# The Physics of PageRank

Some of you may know that the physicist Kenneth Wilson died on June $15^{th}$. His work made a huge impact in physics. Not just particle physics, but condensed matter physics as well. No part of physics which is formulated as a quantum field theory was left untouched. So, what did he do? And what does it have to do with PageRank?

### Wilson’s Magnum Opus

In order for theorists to actually calculate anything using quantum field theory (QFT), renormalization theory was needed. Feynman, Tomonoga, and Schwinger each independently introduced renormalization into QFT. Freeman Dyson came along afterwards and showed that the three formalisms mentioned above were actually the same thing. But the theory wasn’t on firm theoretical ground before Wilson’s work. Kenneth Wilson introduced the Renormalization Group (RG). And with the RG, we could calculate things with QFT in a systematic, conceptually coherent manner.

(For more on the history, you can read a great blog post about it at Quantum Frontiers.)
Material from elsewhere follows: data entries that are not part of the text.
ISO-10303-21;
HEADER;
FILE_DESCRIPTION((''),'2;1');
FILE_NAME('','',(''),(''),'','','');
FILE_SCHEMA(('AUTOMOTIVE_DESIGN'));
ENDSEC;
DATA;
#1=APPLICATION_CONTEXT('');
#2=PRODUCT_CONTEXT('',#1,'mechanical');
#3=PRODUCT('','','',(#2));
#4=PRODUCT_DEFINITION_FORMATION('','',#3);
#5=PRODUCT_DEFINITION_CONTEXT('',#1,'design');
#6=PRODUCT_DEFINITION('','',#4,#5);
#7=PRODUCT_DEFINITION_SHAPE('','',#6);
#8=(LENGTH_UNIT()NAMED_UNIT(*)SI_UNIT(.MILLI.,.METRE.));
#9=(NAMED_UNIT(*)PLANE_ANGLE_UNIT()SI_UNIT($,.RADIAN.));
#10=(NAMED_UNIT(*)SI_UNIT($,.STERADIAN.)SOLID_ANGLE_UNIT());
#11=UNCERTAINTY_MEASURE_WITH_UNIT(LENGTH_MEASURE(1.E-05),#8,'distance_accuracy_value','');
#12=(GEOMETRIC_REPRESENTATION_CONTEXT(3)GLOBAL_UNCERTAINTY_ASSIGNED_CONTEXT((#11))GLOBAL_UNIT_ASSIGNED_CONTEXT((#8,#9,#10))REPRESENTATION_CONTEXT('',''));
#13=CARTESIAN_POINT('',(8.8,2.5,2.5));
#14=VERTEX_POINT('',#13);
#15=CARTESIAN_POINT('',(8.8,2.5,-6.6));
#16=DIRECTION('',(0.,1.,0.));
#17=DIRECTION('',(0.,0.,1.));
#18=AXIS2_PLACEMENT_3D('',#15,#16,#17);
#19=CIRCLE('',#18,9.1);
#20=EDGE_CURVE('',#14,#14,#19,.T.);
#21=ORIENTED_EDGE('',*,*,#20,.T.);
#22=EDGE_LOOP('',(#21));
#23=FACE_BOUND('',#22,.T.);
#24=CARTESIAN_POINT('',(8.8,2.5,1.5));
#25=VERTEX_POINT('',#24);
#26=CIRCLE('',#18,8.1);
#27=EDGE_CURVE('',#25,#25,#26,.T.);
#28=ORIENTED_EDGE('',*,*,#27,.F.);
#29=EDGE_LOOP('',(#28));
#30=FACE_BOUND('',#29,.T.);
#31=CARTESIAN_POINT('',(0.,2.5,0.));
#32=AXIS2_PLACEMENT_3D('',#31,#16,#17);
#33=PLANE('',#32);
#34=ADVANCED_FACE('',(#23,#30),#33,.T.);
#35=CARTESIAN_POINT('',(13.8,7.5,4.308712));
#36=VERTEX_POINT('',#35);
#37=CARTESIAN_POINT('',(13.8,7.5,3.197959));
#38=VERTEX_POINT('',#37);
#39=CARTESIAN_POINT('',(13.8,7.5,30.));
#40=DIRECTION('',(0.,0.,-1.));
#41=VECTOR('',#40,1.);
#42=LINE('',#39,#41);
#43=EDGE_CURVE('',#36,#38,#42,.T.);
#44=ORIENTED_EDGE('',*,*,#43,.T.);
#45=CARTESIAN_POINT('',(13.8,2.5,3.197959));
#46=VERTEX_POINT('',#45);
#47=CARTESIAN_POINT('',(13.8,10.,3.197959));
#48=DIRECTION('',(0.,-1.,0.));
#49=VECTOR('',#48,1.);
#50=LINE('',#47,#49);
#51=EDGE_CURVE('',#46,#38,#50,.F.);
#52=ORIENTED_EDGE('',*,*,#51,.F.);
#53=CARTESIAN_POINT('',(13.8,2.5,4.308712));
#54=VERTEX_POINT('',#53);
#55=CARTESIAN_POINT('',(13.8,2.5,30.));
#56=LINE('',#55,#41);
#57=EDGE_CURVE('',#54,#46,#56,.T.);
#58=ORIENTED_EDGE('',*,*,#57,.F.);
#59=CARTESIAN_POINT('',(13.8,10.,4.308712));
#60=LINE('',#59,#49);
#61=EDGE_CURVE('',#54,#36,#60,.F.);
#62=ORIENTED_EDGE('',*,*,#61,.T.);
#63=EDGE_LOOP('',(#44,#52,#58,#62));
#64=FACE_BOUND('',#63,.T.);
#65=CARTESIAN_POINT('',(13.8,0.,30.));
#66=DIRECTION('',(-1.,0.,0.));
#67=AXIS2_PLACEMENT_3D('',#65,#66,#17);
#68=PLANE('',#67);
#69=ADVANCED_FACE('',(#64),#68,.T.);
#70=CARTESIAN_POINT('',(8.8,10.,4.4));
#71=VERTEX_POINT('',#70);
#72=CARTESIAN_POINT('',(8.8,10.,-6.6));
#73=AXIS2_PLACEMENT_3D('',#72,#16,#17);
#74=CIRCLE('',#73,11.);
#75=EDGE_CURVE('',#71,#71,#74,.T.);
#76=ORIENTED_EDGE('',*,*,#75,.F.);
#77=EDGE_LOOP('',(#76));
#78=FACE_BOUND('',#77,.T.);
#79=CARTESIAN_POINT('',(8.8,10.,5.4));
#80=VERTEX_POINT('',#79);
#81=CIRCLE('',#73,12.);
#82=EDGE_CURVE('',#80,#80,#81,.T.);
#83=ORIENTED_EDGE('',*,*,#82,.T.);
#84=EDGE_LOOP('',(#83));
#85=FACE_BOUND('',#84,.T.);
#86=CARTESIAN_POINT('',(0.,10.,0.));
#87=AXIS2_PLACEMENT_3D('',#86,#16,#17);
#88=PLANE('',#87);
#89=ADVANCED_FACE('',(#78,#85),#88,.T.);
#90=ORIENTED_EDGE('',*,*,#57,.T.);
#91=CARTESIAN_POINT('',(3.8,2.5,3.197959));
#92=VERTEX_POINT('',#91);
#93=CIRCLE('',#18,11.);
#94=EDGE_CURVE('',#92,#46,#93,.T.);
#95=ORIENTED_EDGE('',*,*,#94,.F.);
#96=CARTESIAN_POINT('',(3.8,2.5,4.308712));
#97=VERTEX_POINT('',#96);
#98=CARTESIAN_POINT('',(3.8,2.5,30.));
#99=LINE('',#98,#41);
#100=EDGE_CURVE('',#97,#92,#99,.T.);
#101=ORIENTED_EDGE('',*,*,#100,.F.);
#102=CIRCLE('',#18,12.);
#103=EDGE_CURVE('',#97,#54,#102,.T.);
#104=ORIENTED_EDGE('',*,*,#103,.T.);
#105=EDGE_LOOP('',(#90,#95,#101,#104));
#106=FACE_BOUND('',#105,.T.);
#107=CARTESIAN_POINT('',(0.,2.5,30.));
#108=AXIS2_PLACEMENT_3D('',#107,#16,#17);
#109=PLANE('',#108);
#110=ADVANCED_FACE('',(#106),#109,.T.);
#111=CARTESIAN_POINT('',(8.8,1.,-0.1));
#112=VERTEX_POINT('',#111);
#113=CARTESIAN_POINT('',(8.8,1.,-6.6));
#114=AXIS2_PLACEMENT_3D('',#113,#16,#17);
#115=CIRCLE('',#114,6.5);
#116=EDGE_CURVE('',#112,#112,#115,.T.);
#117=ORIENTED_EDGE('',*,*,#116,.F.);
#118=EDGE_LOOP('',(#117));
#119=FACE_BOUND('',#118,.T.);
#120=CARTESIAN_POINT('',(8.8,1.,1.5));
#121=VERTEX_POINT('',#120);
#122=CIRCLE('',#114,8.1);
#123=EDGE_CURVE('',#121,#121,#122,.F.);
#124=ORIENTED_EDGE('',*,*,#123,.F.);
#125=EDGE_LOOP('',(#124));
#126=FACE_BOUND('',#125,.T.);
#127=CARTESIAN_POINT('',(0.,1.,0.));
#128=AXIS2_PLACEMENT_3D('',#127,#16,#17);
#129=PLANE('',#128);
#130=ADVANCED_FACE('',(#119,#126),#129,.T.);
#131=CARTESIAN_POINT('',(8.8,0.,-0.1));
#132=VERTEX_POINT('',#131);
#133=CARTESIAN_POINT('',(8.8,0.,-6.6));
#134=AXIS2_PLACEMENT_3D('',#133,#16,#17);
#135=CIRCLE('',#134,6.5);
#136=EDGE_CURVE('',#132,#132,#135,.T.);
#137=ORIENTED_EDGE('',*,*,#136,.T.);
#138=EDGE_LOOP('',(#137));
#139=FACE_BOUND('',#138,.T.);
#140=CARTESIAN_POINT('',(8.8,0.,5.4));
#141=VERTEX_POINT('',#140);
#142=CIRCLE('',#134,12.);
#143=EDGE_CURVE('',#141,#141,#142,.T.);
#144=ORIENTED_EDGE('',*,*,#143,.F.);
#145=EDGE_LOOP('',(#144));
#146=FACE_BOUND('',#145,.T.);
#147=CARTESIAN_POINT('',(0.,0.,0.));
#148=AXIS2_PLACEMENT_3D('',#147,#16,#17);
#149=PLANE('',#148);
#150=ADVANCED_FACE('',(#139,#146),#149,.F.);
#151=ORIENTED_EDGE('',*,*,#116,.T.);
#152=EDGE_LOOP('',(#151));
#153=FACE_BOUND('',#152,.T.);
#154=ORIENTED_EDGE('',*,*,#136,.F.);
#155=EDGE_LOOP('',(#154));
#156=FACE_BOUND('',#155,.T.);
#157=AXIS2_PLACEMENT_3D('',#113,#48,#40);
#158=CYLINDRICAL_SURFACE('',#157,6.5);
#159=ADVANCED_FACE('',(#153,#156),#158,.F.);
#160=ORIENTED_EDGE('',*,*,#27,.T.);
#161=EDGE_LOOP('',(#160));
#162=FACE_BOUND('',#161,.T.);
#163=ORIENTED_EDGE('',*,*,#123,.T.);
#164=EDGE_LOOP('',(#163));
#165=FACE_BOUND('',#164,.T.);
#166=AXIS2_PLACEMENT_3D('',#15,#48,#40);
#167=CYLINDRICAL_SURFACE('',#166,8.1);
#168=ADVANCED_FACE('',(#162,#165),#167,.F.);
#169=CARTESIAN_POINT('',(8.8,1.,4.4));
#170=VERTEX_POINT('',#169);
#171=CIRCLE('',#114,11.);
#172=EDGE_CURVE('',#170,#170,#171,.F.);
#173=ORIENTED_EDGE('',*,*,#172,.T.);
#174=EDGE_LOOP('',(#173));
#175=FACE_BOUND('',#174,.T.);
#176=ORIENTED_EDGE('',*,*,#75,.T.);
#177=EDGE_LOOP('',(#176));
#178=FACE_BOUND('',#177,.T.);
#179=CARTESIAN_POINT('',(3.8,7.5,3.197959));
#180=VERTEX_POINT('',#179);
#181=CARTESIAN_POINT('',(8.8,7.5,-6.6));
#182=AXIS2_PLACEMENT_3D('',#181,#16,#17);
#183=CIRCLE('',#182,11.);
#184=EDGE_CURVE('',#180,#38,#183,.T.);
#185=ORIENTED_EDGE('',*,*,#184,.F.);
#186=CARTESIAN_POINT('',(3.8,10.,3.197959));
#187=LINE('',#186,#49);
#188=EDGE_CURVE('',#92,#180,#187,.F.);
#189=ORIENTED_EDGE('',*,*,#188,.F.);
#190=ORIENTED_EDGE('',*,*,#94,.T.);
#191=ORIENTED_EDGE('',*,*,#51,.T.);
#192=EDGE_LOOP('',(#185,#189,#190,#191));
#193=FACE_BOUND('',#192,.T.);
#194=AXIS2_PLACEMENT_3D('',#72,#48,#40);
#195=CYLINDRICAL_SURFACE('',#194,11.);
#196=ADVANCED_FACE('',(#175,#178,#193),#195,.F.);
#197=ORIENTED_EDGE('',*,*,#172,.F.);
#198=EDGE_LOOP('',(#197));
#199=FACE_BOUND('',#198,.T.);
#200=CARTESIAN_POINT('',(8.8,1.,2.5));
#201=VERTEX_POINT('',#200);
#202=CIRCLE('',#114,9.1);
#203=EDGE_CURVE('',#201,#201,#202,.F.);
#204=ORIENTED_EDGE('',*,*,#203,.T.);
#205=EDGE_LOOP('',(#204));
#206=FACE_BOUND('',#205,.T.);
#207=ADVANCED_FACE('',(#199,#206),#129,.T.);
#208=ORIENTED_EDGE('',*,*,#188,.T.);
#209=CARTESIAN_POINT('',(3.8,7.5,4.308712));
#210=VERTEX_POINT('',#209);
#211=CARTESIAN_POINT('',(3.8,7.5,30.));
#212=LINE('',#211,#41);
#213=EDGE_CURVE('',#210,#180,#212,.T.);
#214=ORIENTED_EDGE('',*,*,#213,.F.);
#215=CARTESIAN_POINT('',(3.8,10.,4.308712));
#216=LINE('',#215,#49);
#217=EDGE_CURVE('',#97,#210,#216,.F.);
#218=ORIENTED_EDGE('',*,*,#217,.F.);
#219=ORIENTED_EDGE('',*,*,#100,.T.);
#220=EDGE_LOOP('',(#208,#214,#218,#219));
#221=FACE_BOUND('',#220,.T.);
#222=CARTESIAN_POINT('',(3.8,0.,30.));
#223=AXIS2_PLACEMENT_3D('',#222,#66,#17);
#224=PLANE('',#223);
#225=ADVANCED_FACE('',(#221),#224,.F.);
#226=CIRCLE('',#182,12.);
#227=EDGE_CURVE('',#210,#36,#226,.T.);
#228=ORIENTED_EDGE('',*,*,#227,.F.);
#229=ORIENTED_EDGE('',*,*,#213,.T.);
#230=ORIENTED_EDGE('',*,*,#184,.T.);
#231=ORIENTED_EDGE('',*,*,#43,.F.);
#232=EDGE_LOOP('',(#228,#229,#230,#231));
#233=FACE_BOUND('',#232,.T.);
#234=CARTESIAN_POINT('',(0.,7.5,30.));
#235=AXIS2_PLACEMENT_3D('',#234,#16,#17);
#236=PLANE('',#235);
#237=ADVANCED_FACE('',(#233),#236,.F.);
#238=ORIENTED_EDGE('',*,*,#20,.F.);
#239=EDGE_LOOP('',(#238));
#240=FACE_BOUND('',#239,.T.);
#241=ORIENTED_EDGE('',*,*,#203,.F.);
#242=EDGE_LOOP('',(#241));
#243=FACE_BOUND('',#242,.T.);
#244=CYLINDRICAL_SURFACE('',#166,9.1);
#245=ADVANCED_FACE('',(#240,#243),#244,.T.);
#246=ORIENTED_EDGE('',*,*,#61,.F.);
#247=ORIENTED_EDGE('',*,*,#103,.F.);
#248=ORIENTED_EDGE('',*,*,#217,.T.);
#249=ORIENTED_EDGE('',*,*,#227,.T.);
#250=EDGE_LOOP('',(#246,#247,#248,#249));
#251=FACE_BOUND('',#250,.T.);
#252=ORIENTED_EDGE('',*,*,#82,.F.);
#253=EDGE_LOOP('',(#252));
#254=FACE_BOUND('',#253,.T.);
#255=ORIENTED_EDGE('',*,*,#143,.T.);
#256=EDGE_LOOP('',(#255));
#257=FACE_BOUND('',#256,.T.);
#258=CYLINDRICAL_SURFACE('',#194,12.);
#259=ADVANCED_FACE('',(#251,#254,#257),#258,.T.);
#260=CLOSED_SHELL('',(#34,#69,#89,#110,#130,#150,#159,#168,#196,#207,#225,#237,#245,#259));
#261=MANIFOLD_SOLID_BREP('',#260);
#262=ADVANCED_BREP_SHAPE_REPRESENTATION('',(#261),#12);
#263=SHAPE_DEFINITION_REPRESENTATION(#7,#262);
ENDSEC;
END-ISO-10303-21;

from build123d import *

# Parameters (mm, degrees)
CROQUIS1_R              = 11
CROQUIS1_R_2            = 6.5
SALIENTE_EXTRUIR2_DEPTH = 1
CROQUIS1_6_R            = 9.1
CROQUIS1_6_R_2          = 8.1
SALIENTE_EXTRUIR3_DEPTH = 2.5
CROQUIS1_8_R            = 12
CROQUIS1_8_R_2          = 11
SALIENTE_EXTRUIR4_DEPTH = 10
CROQUIS10_W             = 10
CROQUIS10_H             = 5
CORTAR_EXTRUIR1_DEPTH   = 30


with BuildPart() as part:
    # Croquis1 → Saliente-Extruir2 (new body)
    with BuildSketch(Plane(origin=(0, 0, 0), x_dir=(1, 0, 0), z_dir=(0, 1, 0))):
        with Locations((8.8, 6.6)):
            Circle(CROQUIS1_R)
        with Locations((8.8, 6.6)):
            Circle(CROQUIS1_R_2, mode=Mode.SUBTRACT)
    extrude(amount=SALIENTE_EXTRUIR2_DEPTH)

    # Croquis1<6> → Saliente-Extruir3 (add)
    with BuildSketch(Plane(origin=(0, 0, 0), x_dir=(1, 0, 0), z_dir=(0, 1, 0))):
        with Locations((8.8, 6.6)):
            Circle(CROQUIS1_6_R)
        with Locations((8.8, 6.6)):
            Circle(CROQUIS1_6_R_2, mode=Mode.SUBTRACT)
    extrude(amount=SALIENTE_EXTRUIR3_DEPTH)

    # Croquis1<8> → Saliente-Extruir4 (add)
    with BuildSketch(Plane(origin=(0, 0, 0), x_dir=(1, 0, 0), z_dir=(0, 1, 0))):
        with Locations((8.8, 6.6)):
            Circle(CROQUIS1_8_R)
        with Locations((8.8, 6.6)):
            Circle(CROQUIS1_8_R_2, mode=Mode.SUBTRACT)
    extrude(amount=SALIENTE_EXTRUIR4_DEPTH)

    # Croquis10 → Cortar-Extruir1 (cut)
    with BuildSketch(Plane.XY):
        with Locations((8.8, 5)):
            Rectangle(CROQUIS10_W, CROQUIS10_H)
    extrude(amount=CORTAR_EXTRUIR1_DEPTH, mode=Mode.SUBTRACT)


solid = part.part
When I was in graduate school, the RG was easily one of the most interesting aspects of theoretical physics. I loved that it provided us with a clear theory of critical phenomena and phase transitions as well.

What does this have to do with PageRank though? Here’s a rough outline of the relationship…

#### The Renormalization Group

Imagine a system described by a vector of parameters, $K$, and consider a transformation that shifts the parameters to some $K'$. We can describe this situation with the transformation equation

$K'=\mathcal{R}(K),$

where $\cal{R}$ is the RG operator. If the transformation operator is applied repeatedly, then we end up with a sequence of parameter vectors $K, K', K'',\ldots$:

$K^{(n)}=\mathcal{R}(K^{(n-1)})=\cdots=\mathcal{R}^n(K^{(0)}),$

where $n=0,1,2,\dots$ and $K^{(0)}$ is our initial $K$.

If we plotted the initial $K^{(0)}$ and plotted results of the successive transformations, we would have a sequence of points connecting $K^{(0)}$ and $K^{(n)}$. The sequence of points is the RG flow and is represented by the above equation.

It’s possible that we may have fixed points in our parameter space. A fixed point $K^{\ast}$ that remains unchanged when the transformation is applied:
$\mathcal{R}(K^{\ast})=K^{\ast}.$

Note that I’m glossing over a lot of detail.

### The PageRank Algorithm

At its core, PageRank is an algorithm which answers the following question:

If we select a site in a network or graph at random, what is the likelihood of reaching any other given site?

PageRank determines the answer in an iterative fashion, using equations that look a lot like the RG equations. The iterative algorithm proceeds until the probabilities on the sites stop changing. This is our RG fixed-point.

You can learn more about PageRank and the iterative ranking algorithms which came before in a 2010 arXiv article PageRank: Standing on the shoulders of giants.

I’ll really have to look into this in more depth sometime, especially where the fixed-points are concerned.